Re: Predicting query runtime

From: Oleg Ivanov <o(dot)ivanov(at)postgrespro(dot)ru>
To: Vinicius Segalin <vinisegalin(at)gmail(dot)com>, pgsql-general(at)postgresql(dot)org
Subject: Re: Predicting query runtime
Date: 2016-09-14 10:23:14
Message-ID: 57D92512.1080202@postgrespro.ru
Views: Raw Message | Whole Thread | Download mbox | Resend email
Thread:
Lists: pgsql-general

Hi Vinicius,

I recommend you to read this
(http://www.doc.ic.ac.uk/~nb605/IO%20performance%20modeling%20research/Learning-based%20Query%20Performance%20-%202011.pdf)
paper. Authors make a nice classification of different query performance
prediction methods and propose their own solution for this problem.

You can also read (http://www.vldb.org/pvldb/vol9/p204-leis.pdf) to be
warned about possible pitfalls in PostgreSQL query optimizer. In my
opinion, the most unpleasant one is that you often cannot rely on
cardinality estimations made by PostgreSQL for path nodes. Typically,
the more complicated query is, the less reliable cardinality estimations
become. The good news is that cost model allows to predict query
execution time precisely enough with good cardinality estimations.

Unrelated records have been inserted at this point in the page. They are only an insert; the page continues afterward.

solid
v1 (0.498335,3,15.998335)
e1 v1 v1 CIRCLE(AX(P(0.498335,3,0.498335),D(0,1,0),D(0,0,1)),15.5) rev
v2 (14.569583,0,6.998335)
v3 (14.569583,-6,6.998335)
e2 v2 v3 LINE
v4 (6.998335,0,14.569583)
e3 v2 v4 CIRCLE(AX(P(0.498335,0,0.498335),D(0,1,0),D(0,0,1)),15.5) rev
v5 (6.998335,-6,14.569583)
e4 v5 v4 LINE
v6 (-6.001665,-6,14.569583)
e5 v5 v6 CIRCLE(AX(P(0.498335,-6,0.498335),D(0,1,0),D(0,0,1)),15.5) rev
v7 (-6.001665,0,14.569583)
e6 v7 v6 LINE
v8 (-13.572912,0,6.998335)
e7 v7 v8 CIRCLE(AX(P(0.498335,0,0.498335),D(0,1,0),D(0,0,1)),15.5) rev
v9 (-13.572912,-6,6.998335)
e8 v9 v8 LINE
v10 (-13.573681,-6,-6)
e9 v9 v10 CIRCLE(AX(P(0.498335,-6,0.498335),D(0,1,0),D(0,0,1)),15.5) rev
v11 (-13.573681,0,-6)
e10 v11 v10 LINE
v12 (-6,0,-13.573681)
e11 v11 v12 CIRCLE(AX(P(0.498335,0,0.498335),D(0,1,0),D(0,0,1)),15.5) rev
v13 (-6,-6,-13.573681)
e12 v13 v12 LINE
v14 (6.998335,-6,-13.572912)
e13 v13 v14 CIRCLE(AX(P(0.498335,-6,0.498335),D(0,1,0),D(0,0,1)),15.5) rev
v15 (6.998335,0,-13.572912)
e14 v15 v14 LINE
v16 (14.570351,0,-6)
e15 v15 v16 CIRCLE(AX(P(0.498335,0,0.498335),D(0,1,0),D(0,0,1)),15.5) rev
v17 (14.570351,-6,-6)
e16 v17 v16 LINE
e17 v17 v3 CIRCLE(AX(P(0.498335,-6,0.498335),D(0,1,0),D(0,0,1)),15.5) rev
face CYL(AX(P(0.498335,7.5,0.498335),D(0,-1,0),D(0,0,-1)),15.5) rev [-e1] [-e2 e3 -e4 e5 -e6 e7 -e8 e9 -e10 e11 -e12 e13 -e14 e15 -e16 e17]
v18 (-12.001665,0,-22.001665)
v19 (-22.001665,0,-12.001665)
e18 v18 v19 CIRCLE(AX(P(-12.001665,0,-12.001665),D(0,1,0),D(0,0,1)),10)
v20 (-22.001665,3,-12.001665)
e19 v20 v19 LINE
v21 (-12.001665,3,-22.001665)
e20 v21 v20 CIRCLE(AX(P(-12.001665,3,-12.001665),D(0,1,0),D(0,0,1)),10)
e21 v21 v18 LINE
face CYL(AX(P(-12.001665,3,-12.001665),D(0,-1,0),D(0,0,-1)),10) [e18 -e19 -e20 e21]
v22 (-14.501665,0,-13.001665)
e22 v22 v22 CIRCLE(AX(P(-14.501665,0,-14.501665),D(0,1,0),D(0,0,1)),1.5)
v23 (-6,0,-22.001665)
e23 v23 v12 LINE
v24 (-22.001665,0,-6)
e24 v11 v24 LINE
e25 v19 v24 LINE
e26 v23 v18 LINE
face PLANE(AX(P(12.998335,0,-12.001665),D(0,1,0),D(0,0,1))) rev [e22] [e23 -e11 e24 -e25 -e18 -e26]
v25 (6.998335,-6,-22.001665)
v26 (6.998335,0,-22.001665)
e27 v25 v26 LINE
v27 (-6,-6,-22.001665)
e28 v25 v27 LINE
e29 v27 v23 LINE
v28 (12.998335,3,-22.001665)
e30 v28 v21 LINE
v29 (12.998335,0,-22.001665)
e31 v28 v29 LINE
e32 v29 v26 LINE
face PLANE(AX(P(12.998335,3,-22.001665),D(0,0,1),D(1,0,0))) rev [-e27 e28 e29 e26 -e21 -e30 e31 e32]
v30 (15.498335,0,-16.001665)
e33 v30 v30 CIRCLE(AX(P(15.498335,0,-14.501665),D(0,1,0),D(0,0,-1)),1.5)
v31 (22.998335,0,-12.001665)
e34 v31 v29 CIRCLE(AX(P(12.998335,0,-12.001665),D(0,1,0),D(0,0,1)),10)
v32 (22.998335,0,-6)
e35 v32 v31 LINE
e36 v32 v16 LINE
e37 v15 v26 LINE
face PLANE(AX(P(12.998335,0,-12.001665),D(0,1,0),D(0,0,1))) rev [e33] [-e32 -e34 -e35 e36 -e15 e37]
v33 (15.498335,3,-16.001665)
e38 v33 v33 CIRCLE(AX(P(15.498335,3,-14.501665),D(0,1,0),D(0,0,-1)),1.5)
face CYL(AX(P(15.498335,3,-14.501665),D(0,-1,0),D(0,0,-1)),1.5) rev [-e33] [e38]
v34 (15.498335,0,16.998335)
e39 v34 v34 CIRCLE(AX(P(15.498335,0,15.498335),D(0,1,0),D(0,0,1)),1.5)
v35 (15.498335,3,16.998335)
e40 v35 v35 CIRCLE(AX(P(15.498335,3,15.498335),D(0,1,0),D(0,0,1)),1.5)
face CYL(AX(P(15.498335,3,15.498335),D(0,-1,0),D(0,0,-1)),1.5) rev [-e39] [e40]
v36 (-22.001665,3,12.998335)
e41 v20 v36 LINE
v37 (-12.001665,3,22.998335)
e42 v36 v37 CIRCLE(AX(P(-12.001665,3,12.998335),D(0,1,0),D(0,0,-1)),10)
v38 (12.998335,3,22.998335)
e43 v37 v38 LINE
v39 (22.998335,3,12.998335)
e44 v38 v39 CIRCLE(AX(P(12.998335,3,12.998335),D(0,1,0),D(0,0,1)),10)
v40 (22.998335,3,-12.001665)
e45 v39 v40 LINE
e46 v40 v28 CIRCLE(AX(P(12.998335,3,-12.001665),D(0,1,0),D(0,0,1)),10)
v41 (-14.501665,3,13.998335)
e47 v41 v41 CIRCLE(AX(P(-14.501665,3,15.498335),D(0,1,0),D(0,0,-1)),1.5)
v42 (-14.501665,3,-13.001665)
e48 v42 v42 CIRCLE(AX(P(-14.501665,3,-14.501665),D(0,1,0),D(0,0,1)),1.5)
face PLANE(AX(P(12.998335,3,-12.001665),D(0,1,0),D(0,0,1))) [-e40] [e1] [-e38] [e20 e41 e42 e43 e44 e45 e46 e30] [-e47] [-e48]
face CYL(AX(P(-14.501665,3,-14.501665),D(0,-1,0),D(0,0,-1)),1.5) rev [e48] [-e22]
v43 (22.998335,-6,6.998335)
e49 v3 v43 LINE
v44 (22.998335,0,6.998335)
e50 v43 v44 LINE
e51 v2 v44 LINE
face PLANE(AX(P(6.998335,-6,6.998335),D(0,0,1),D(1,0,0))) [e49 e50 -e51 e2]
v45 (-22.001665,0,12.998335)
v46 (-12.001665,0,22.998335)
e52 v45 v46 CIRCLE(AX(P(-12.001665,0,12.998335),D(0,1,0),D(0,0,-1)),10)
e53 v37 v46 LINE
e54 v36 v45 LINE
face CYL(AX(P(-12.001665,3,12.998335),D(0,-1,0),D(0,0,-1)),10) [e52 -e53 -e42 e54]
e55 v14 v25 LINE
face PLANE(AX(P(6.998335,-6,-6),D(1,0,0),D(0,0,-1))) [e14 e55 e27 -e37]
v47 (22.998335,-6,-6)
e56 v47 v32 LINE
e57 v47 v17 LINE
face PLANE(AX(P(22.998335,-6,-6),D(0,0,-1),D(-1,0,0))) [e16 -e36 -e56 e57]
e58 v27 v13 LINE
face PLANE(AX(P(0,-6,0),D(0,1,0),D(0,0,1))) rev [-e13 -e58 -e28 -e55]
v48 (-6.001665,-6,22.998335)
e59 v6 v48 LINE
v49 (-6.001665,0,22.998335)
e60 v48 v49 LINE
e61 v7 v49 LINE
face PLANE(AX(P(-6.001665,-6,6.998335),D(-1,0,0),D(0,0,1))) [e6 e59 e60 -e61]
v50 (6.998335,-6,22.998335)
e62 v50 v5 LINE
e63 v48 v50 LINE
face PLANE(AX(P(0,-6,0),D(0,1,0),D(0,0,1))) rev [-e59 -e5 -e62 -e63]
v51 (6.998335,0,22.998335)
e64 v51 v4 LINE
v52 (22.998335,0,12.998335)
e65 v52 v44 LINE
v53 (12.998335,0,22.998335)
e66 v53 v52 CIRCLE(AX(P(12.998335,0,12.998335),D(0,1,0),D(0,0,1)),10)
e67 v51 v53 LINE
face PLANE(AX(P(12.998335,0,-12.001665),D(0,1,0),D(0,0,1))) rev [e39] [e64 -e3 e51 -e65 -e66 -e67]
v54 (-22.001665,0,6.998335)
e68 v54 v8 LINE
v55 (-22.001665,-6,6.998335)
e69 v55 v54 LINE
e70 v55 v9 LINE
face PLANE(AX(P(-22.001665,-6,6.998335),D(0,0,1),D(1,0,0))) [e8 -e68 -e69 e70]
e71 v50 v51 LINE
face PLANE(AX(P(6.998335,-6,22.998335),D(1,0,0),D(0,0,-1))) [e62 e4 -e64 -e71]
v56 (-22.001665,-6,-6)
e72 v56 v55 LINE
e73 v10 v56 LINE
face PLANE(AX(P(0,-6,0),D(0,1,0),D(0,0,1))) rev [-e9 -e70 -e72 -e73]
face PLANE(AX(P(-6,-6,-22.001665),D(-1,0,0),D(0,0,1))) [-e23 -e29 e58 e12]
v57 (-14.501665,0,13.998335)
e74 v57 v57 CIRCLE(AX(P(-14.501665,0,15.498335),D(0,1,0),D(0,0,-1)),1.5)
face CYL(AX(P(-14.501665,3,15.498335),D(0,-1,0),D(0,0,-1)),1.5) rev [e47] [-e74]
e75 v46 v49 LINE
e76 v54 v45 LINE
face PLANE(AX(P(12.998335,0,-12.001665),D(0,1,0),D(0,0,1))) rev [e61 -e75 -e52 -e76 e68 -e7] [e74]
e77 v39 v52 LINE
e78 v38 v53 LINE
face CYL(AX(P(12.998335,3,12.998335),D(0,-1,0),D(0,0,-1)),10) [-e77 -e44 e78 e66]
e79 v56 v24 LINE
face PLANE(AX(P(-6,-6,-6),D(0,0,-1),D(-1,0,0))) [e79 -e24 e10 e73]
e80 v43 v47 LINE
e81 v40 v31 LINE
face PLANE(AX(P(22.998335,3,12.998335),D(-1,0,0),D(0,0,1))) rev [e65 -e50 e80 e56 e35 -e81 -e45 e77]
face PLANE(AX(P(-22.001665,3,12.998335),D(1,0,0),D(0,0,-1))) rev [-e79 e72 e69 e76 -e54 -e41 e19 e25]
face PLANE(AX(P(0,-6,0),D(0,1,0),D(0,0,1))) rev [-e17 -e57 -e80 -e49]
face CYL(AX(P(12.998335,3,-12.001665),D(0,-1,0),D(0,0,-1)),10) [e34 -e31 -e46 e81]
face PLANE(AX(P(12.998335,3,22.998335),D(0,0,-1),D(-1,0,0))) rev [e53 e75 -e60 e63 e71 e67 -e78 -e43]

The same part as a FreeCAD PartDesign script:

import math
import FreeCAD as App
import Part
import Sketcher

V = App.Vector
Q = App.Units.Quantity

doc = App.newDocument("Part")
body = doc.addObject("PartDesign::Body", "Body")

# Sketch on XZ plane
sketch1 = doc.addObject("Sketcher::SketchObject", "Sketch")
body.addObject(sketch1)
sketch1.AttachmentSupport = (doc.XZ_Plane, [""])
sketch1.MapMode = "FlatFace"
sketch1.addGeometry(Part.LineSegment(V(-12, 23, 0), V(13, 23, 0)), False)
sketch1.addGeometry(Part.ArcOfCircle(Part.Circle(V(13, 13, 0), V(0, 0, 1), 10), math.radians(0), math.radians(90)), False)
sketch1.addGeometry(Part.LineSegment(V(23, 13, 0), V(23, -12, 0)), False)
sketch1.addGeometry(Part.ArcOfCircle(Part.Circle(V(13, -12, 0), V(0, 0, 1), 10), math.radians(-90), math.radians(0)), False)
sketch1.addGeometry(Part.LineSegment(V(13, -22, 0), V(-12, -22, 0)), False)
sketch1.addGeometry(Part.ArcOfCircle(Part.Circle(V(-12, -12, 0), V(0, 0, 1), 10), math.radians(180), math.radians(270)), False)
sketch1.addGeometry(Part.LineSegment(V(-22, -12, 0), V(-22, 13, 0)), False)
sketch1.addGeometry(Part.ArcOfCircle(Part.Circle(V(-12, 13, 0), V(0, 0, 1), 10), math.radians(90), math.radians(180)), False)
sketch1.addGeometry(Part.Circle(V(15.5, 15.5, 0), V(0, 0, 1), 1.5), False)
sketch1.addGeometry(Part.Circle(V(-14.5, 15.5, 0), V(0, 0, 1), 1.5), False)
sketch1.addGeometry(Part.Circle(V(15.5, -14.5, 0), V(0, 0, 1), 1.5), False)
sketch1.addGeometry(Part.Circle(V(-14.5, -14.5, 0), V(0, 0, 1), 1.5), False)
sketch1.addConstraint(Sketcher.Constraint("Tangent", 0, 2, 1, 2))
sketch1.addConstraint(Sketcher.Constraint("Tangent", 1, 1, 2, 1))
sketch1.addConstraint(Sketcher.Constraint("Tangent", 2, 2, 3, 2))
sketch1.addConstraint(Sketcher.Constraint("Tangent", 3, 1, 4, 1))
sketch1.addConstraint(Sketcher.Constraint("Tangent", 4, 2, 5, 2))
sketch1.addConstraint(Sketcher.Constraint("Tangent", 5, 1, 6, 1))
sketch1.addConstraint(Sketcher.Constraint("Tangent", 6, 2, 7, 2))
sketch1.addConstraint(Sketcher.Constraint("Tangent", 7, 1, 0, 1))
sketch1.addConstraint(Sketcher.Constraint("Horizontal", 0))
sketch1.addConstraint(Sketcher.Constraint("Vertical", 2))
sketch1.addConstraint(Sketcher.Constraint("Horizontal", 4))
sketch1.addConstraint(Sketcher.Constraint("Vertical", 6))
sketch1.addConstraint(Sketcher.Constraint("Equal", 1, 3))
sketch1.addConstraint(Sketcher.Constraint("Equal", 3, 5))
sketch1.addConstraint(Sketcher.Constraint("Equal", 5, 7))
sketch1.addConstraint(Sketcher.Constraint("Equal", 8, 9))
sketch1.addConstraint(Sketcher.Constraint("Equal", 9, 10))
sketch1.addConstraint(Sketcher.Constraint("Equal", 10, 11))
sketch1.addConstraint(Sketcher.Constraint("Horizontal", 8, 3, 9, 3))
sketch1.addConstraint(Sketcher.Constraint("Horizontal", 10, 3, 11, 3))
sketch1.addConstraint(Sketcher.Constraint("Vertical", 8, 3, 10, 3))
sketch1.addConstraint(Sketcher.Constraint("Vertical", 9, 3, 11, 3))
sketch1.addConstraint(Sketcher.Constraint("Equal", 4, 2))
sketch1.addConstraint(Sketcher.Constraint("Diameter", 8, Q("3 mm")))
sketch1.addConstraint(Sketcher.Constraint("Radius", 1, Q("10 mm")))
sketch1.addConstraint(Sketcher.Constraint("DistanceX", 0, 1, 0, 2, Q("25 mm")))
sketch1.addConstraint(Sketcher.Constraint("DistanceX", 9, 3, 8, 3, Q("30 mm")))
sketch1.addConstraint(Sketcher.Constraint("DistanceY", 10, 3, 8, 3, Q("30 mm")))
sketch1.addConstraint(Sketcher.Constraint("DistanceX", 1, 3, 8, 3, Q("2.5 mm")))
sketch1.addConstraint(Sketcher.Constraint("DistanceY", 1, 3, 8, 3, Q("2.5 mm")))
sketch1.addConstraint(Sketcher.Constraint("DistanceX", -1, 1, 1, 3, Q("12.998335 mm")))
sketch1.addConstraint(Sketcher.Constraint("DistanceY", -1, 1, 1, 3, Q("12.998335 mm")))
pad1 = doc.addObject("PartDesign::Pad", "Pad")
body.addObject(pad1)
pad1.Profile = sketch1
pad1.Length = 3
pad1.Reversed = True

# Sketch on XZ plane
sketch2 = doc.addObject("Sketcher::SketchObject", "Sketch001")
body.addObject(sketch2)
sketch2.AttachmentSupport = (doc.XZ_Plane, [""])
sketch2.MapMode = "FlatFace"
sketch2.addGeometry(Part.LineSegment(V(-6, -22, 0), V(-6, -6, 0)), False)
sketch2.addGeometry(Part.LineSegment(V(-6, -6, 0), V(-22, -6, 0)), False)
sketch2.addGeometry(Part.LineSegment(V(-22, -6, 0), V(-22, 7, 0)), False)
sketch2.addGeometry(Part.LineSegment(V(-22, 7, 0), V(-6, 7, 0)), False)
sketch2.addGeometry(Part.LineSegment(V(-6, 7, 0), V(-6, 23, 0)), False)
sketch2.addGeometry(Part.LineSegment(V(-6, 23, 0), V(7, 23, 0)), False)
sketch2.addGeometry(Part.LineSegment(V(7, 23, 0), V(7, 7, 0)), False)
sketch2.addGeometry(Part.LineSegment(V(7, 7, 0), V(23, 7, 0)), False)
sketch2.addGeometry(Part.LineSegment(V(23, 7, 0), V(23, -6, 0)), False)
sketch2.addGeometry(Part.LineSegment(V(23, -6, 0), V(7, -6, 0)), False)
sketch2.addGeometry(Part.LineSegment(V(7, -6, 0), V(7, -22, 0)), False)
sketch2.addGeometry(Part.LineSegment(V(7, -22, 0), V(-6, -22, 0)), False)
sketch2.addConstraint(Sketcher.Constraint("Coincident", 0, 2, 1, 1))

In paper (http://pages.cs.wisc.edu/~wentaowu/papers/prediction-full.pdf)
there is no machine learning. Nevertheless, you may find it interesting.
It contains good description of PostgreSQL cost model and a method for
automatic costs calibration (similar to proposed by Jeff in this thread).
The issue with the calibrating is follows: the multipliers for each
*_cost factor are not provided or even directly computed in PostgreSQL
for the majority of path nodes. The typical way of computations is not,
for example, total_cost = 10 * seq_page_cost + 25 * random_page_cost,
but total_cost = 10 * (seq_page_cost + 2 * random_page_cost) + 10 *
(random_page_cost / 2). Mathematically these formulas are equivalent,
but practically you will spend more time and write more code to extract
the multipliers in the second case.
In the above paper authors decided to calibrate costs using only those
nodes, for which the computations are not very complicated and,
therefore, the multipliers can be extracted relatively easy. Anyway,
cost models are available in src/backend/optimizer/path/costsize.c, and
you have to get inside it somehow to obtain extra information.

As for me, the paper
(http://2014.eswc-conferences.org/sites/default/files/eswc2014pd_submission_30.pdf)
is interesting mostly by their introduction of graph editing distance as
a distance on the space of paths. It is interesting because some machine
learning methods do not require feature representations of objects, but
only a valid distance function on each pair of them.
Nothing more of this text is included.